Rogers: Because I feel it is inappropriate, Senator.

King: What you feel isn’t relevant Admiral. What you feel isn’t the answer. The question is why are you not answering the questions. Is it an invocation of executive privilege? If there is, then let’s know about it, and if there isn’t answer the questions.

Rogers: I stand by the comments I’ve made. I’m not interested in repeating myself, Sir. And I don’t mean that in a contentious way.

King: Well I do mean it in a contentious way. I don’t understand why you’re not answering our questions. When you were confirmed before the Armed Services Committee you took an oath, do you solemnly swear to give the committee the truth, the full truth and nothing but the truth. You answered yes to that.

Rogers: I do. And I’ve also answered that those conversations were classified. It is not appropriate in an open forum to discuss those classified conversations.

King: What is classified about a conversation about whether or not you should intervene in the FBI investigation?

Rogers: Sir I stand by my previous comments.

King: Mr. Coats? Same series of questions. What’s the basis for your refusal to answer these questions today?

Coats: The basis is what I’ve previously explained, I do not believe it is appropriate for me to–

King: What’s the basis? I’m not satisfied with I do not believe it is appropriate or I do not feel I should answer. I want to understand a legal basis.
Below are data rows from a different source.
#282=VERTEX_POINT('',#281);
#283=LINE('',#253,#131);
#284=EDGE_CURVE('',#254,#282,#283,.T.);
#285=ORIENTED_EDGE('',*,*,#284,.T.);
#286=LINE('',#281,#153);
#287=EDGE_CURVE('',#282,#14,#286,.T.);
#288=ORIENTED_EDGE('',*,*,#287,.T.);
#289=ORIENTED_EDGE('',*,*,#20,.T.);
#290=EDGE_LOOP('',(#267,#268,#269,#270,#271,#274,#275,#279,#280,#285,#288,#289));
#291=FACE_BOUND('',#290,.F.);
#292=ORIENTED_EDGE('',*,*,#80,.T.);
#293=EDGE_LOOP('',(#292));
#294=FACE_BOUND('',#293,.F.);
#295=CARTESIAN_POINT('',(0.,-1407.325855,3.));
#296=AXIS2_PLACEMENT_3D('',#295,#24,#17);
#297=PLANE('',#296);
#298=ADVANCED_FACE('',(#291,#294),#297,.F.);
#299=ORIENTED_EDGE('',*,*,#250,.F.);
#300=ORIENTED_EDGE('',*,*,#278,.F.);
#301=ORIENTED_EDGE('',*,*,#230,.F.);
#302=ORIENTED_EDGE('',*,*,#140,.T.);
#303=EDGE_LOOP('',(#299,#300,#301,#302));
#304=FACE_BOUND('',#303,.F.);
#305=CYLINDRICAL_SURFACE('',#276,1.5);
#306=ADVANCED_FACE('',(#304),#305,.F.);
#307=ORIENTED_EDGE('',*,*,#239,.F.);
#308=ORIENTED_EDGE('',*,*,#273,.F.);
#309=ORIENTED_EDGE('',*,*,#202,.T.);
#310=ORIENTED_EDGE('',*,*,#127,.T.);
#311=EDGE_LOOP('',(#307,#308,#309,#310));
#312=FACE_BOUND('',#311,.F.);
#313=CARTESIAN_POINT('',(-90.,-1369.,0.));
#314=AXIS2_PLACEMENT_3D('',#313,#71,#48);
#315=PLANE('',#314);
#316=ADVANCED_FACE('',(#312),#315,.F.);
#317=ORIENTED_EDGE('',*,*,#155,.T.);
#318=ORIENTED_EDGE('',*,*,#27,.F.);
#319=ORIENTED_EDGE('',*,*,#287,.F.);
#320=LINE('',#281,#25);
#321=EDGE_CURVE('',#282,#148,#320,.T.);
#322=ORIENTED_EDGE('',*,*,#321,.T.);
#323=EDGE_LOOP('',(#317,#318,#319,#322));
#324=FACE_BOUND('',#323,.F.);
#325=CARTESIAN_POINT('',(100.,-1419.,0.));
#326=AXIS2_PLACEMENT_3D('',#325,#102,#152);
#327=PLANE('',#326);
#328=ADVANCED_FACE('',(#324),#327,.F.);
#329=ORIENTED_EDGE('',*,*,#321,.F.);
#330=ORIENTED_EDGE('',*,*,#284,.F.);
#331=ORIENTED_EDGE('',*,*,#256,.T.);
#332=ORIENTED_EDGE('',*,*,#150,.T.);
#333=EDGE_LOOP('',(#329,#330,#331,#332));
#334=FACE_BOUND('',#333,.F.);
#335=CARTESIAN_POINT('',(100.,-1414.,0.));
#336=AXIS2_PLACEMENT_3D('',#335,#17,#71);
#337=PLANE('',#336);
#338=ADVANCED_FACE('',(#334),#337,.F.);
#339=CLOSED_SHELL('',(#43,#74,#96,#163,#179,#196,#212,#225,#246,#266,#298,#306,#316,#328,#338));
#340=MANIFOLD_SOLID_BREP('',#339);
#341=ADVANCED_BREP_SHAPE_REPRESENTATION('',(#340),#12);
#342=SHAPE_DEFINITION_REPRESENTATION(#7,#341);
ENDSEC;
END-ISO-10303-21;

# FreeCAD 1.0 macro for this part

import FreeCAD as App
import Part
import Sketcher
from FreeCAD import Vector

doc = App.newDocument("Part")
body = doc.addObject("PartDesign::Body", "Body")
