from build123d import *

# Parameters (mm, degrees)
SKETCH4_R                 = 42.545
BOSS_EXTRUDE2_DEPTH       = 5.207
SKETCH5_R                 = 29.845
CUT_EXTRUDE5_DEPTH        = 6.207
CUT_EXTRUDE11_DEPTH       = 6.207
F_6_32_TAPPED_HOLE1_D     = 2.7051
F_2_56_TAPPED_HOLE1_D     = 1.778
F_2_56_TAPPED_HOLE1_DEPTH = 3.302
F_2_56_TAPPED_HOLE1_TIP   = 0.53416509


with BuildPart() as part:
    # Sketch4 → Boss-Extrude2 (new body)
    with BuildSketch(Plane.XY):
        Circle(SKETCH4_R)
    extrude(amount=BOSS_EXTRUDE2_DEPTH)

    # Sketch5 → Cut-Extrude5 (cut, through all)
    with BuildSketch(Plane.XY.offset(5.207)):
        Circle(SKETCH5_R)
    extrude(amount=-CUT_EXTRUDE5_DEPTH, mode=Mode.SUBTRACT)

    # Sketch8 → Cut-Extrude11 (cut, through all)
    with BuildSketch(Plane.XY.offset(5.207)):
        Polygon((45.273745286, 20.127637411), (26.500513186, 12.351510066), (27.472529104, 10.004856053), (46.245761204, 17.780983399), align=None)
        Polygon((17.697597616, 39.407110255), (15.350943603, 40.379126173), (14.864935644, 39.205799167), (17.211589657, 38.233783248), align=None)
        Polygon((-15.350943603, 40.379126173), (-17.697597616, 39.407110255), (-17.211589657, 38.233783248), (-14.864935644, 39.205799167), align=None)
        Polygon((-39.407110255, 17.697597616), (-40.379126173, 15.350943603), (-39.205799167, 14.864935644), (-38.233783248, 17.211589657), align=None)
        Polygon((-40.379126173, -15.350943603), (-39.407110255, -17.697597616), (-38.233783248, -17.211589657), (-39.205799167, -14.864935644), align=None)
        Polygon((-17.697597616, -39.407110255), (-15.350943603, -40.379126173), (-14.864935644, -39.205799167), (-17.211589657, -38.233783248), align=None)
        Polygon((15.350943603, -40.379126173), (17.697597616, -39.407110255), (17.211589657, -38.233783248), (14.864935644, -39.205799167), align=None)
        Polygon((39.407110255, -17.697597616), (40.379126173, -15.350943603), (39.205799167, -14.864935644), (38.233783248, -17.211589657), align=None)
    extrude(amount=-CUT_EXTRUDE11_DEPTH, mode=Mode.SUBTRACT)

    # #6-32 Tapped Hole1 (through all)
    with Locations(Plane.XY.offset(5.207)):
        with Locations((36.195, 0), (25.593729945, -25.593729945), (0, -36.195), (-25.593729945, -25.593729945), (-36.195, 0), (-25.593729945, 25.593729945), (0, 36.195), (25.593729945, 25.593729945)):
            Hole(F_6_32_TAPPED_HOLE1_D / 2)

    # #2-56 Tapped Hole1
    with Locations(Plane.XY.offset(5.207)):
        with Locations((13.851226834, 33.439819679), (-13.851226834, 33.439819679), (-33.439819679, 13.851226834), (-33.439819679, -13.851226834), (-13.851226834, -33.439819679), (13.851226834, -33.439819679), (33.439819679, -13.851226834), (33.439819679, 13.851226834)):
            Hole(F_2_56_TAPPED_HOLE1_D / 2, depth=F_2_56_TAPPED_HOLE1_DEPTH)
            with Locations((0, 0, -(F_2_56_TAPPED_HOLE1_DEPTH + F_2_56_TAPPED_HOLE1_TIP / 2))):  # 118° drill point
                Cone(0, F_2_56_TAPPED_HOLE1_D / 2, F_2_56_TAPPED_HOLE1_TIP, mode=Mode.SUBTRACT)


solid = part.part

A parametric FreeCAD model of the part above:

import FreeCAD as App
import Part
import Sketcher

V = App.Vector
Q = App.Units.Quantity

doc = App.newDocument("Part")
body = doc.addObject("PartDesign::Body", "Body")

# Sketch on XY plane
sketch1 = doc.addObject("Sketcher::SketchObject", "Sketch")
body.addObject(sketch1)
sketch1.AttachmentSupport = (doc.XY_Plane, [""])
sketch1.MapMode = "FlatFace"
sketch1.addGeometry(Part.Circle(V(0, 0, 0), V(0, 0, 1), 43), False)
sketch1.addConstraint([
    Sketcher.Constraint("Coincident", 0, 3, -1, 1),
    Sketcher.Constraint("Diameter", 0, Q("3.35 in")),
])
pad1 = doc.addObject("PartDesign::Pad", "Pad")
body.addObject(pad1)
pad1.Profile = sketch1
pad1.Length = Q("0.205 in")

# Sketch on XY plane
sketch2 = doc.addObject("Sketcher::SketchObject", "Sketch001")
body.addObject(sketch2)
sketch2.AttachmentSupport = (doc.XY_Plane, [""])
sketch2.MapMode = "FlatFace"
sketch2.AttachmentOffset = App.Placement(V(0, 0, 0.205 * 25.4), App.Rotation())
sketch2.addGeometry(Part.Circle(V(0, 0, 0), V(0, 0, 1), 30), False)
sketch2.addConstraint([
    Sketcher.Constraint("Coincident", 0, 3, -1, 1),
    Sketcher.Constraint("Diameter", 0, Q("2.35 in")),
])
pocket1 = doc.addObject("PartDesign::Pocket", "Pocket")
body.addObject(pocket1)
pocket1.Profile = sketch2
pocket1.Type = "ThroughAll"

# Sketch on XY plane
sketch3 = doc.addObject("Sketcher::SketchObject", "Sketch002")
body.addObject(sketch3)
sketch3.AttachmentSupport = (doc.XY_Plane, [""])
sketch3.MapMode = "FlatFace"
sketch3.AttachmentOffset = App.Placement(V(0, 0, 0.205 * 25.4), App.Rotation())
sketch3.addGeometry([
    Part.LineSegment(V(45.3, 20.1, 0), V(26.5, 12.4, 0)),  # 0
    Part.LineSegment(V(26.5, 12.4, 0), V(27.5, 10, 0)),  # 1
    Part.LineSegment(V(27.5, 10, 0), V(46.2, 17.8, 0)),  # 2
    Part.LineSegment(V(46.2, 17.8, 0), V(45.3, 20.1, 0)),  # 3
    Part.LineSegment(V(17.7, 39.4, 0), V(15.4, 40.4, 0)),  # 4
    Part.LineSegment(V(15.4, 40.4, 0), V(14.9, 39.2, 0)),  # 5
    Part.LineSegment(V(14.9, 39.2, 0), V(17.2, 38.2, 0)),  # 6
    Part.LineSegment(V(17.2, 38.2, 0), V(17.7, 39.4, 0)),  # 7
    Part.LineSegment(V(-15.4, 40.4, 0), V(-17.7, 39.4, 0)),  # 8
    Part.LineSegment(V(-17.7, 39.4, 0), V(-17.2, 38.2, 0)),  # 9
    Part.LineSegment(V(-17.2, 38.2, 0), V(-14.9, 39.2, 0)),  # 10
    Part.LineSegment(V(-14.9, 39.2, 0), V(-15.4, 40.4, 0)),  # 11
    Part.LineSegment(V(-39.4, 17.7, 0), V(-40.4, 15.4, 0)),  # 12
    Part.LineSegment(V(-40.4, 15.4, 0), V(-39.2, 14.9, 0)),  # 13
    Part.LineSegment(V(-39.2, 14.9, 0), V(-38.2, 17.2, 0)),  # 14
    Part.LineSegment(V(-38.2, 17.2, 0), V(-39.4, 17.7, 0)),  # 15
    Part.LineSegment(V(-40.4, -15.4, 0), V(-39.4, -17.7, 0)),  # 16
    Part.LineSegment(V(-39.4, -17.7, 0), V(-38.2, -17.2, 0)),  # 17
    Part.LineSegment(V(-38.2, -17.2, 0), V(-39.2, -14.9, 0)),  # 18
    Part.LineSegment(V(-39.2, -14.9, 0), V(-40.4, -15.4, 0)),  # 19
    Part.LineSegment(V(-17.7, -39.4, 0), V(-15.4, -40.4, 0)),  # 20
    Part.LineSegment(V(-15.4, -40.4, 0), V(-14.9, -39.2, 0)),  # 21
    Part.LineSegment(V(-14.9, -39.2, 0), V(-17.2, -38.2, 0)),  # 22
    Part.LineSegment(V(-17.2, -38.2, 0), V(-17.7, -39.4, 0)),  # 23
    Part.LineSegment(V(15.4, -40.4, 0), V(17.7, -39.4, 0)),  # 24
    Part.LineSegment(V(17.7, -39.4, 0), V(17.2, -38.2, 0)),  # 25
    Part.LineSegment(V(17.2, -38.2, 0), V(14.9, -39.2, 0)),  # 26
    Part.LineSegment(V(14.9, -39.2, 0), V(15.4, -40.4, 0)),  # 27
    Part.LineSegment(V(39.4, -17.7, 0), V(40.4, -15.4, 0)),  # 28
    Part.LineSegment(V(40.4, -15.4, 0), V(39.2, -14.9, 0)),  # 29
    Part.LineSegment(V(39.2, -14.9, 0), V(38.2, -17.2, 0)),  # 30
    Part.LineSegment(V(38.2, -17.2, 0), V(39.4, -17.7, 0)),  # 31
], False)
sketch3.addConstraint([
    Sketcher.Constraint("Coincident", 0, 2, 1, 1),
    Sketcher.Constraint("Coincident", 1, 2, 2, 1),
    Sketcher.Constraint("Coincident", 2, 2, 3, 1),
    Sketcher.Constraint("Coincident", 3, 2, 0, 1),
    Sketcher.Constraint("Coincident", 4, 2, 5, 1),
    Sketcher.Constraint("Coincident", 5, 2, 6, 1),
    Sketcher.Constraint("Coincident", 6, 2, 7, 1),
    Sketcher.Constraint("Coincident", 7, 2, 4, 1),
    Sketcher.Constraint("Coincident", 8, 2, 9, 1),
    Sketcher.Constraint("Coincident", 9, 2, 10, 1),
    Sketcher.Constraint("Coincident", 10, 2, 11, 1),
    Sketcher.Constraint("Coincident", 11, 2, 8, 1),
    Sketcher.Constraint("Coincident", 12, 2, 13, 1),
    Sketcher.Constraint("Coincident", 13, 2, 14, 1),
    Sketcher.Constraint("Coincident", 14, 2, 15, 1),
    Sketcher.Constraint("Coincident", 15, 2, 12, 1),
    Sketcher.Constraint("Coincident", 16, 2, 17, 1),
    Sketcher.Constraint("Coincident", 17, 2, 18, 1),
    Sketcher.Constraint("Coincident", 18, 2, 19, 1),
    Sketcher.Constraint("Coincident", 19, 2, 16, 1),
    Sketcher.Constraint("Coincident", 20, 2, 21, 1),
    Sketcher.Constraint("Coincident", 21, 2, 22, 1),
    Sketcher.Constraint("Coincident", 22, 2, 23, 1),
    Sketcher.Constraint("Coincident", 23, 2, 20, 1),
    Sketcher.Constraint("Coincident", 24, 2, 25, 1),
    Sketcher.Constraint("Coincident", 25, 2, 26, 1),
    Sketcher.Constraint("Coincident", 26, 2, 27, 1),
    Sketcher.Constraint("Coincident", 27, 2, 24, 1),
    Sketcher.Constraint("Coincident", 28, 2, 29, 1),
    Sketcher.Constraint("Coincident", 29, 2, 30, 1),
    Sketcher.Constraint("Coincident", 30, 2, 31, 1),
    Sketcher.Constraint("Coincident", 31, 2, 28, 1),
    Sketcher.Constraint("Symmetric", 4, 2, 20, 2, -1, 1),
    Sketcher.Constraint("Symmetric", 5, 2, 21, 2, -1, 1),
    Sketcher.Constraint("Symmetric", 6, 2, 22, 2, -1, 1),
    Sketcher.Constraint("Symmetric", 7, 2, 23, 2, -1, 1),
    Sketcher.Constraint("Symmetric", 8, 2, 24, 2, -1, 1),
    Sketcher.Constraint("Symmetric", 9, 2, 25, 2, -1, 1),
    Sketcher.Constraint("Symmetric", 10, 2, 26, 2, -1, 1),
    Sketcher.Constraint("Symmetric", 11, 2, 27, 2, -1, 1),
    Sketcher.Constraint("Symmetric", 12, 2, 28, 2, -1, 1),
    Sketcher.Constraint("Symmetric", 13, 2, 29, 2, -1, 1),
    Sketcher.Constraint("Symmetric", 14, 2, 30, 2, -1, 1),
    Sketcher.Constraint("Symmetric", 15, 2, 31, 2, -1, 1),
    Sketcher.Constraint("Symmetric", 7, 2, 8, 2, -2),
    Sketcher.Constraint("Symmetric", 6, 2, 9, 2, -2),
    Sketcher.Constraint("Symmetric", 5, 2, 10, 2, -2),
    Sketcher.Constraint("Symmetric", 4, 2, 11, 2, -2),
    Sketcher.Constraint("Symmetric", 19, 2, 28, 2, -2),
    Sketcher.Constraint("Symmetric", 18, 2, 29, 2, -2),
    Sketcher.Constraint("Symmetric", 17, 2, 30, 2, -2),
    Sketcher.Constraint("Symmetric", 16, 2, 31, 2, -2),
    Sketcher.Constraint("Perpendicular", 0, 1),
    Sketcher.Constraint("Perpendicular", 1, 2),
    Sketcher.Constraint("Perpendicular", 2, 3),
    Sketcher.Constraint("Perpendicular", 4, 5),
    Sketcher.Constraint("Perpendicular", 5, 6),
You swore that oath to tell us the truth, the whole truth, and nothing but the truth, and today you are refusing to do so. What is the legal basis for your refusal to testify to this committee?

Coats: I’m not sure I have a legal basis.

In other words, these men admit they had no legal basis (they’re not classified, no matter what Rogers claimed) to dodge the Committee’s question. But nevertheless they’re invoking things like their feelings to avoid testifying.

Clearly, the White House is playing a game here, invoking loyalty rather than law to compel silence from its top officials.

Kasowitz’ claims are, on their face, bogus. But taken in conjunction with the dodges from Coats and Rogers, they’re all the more problematic.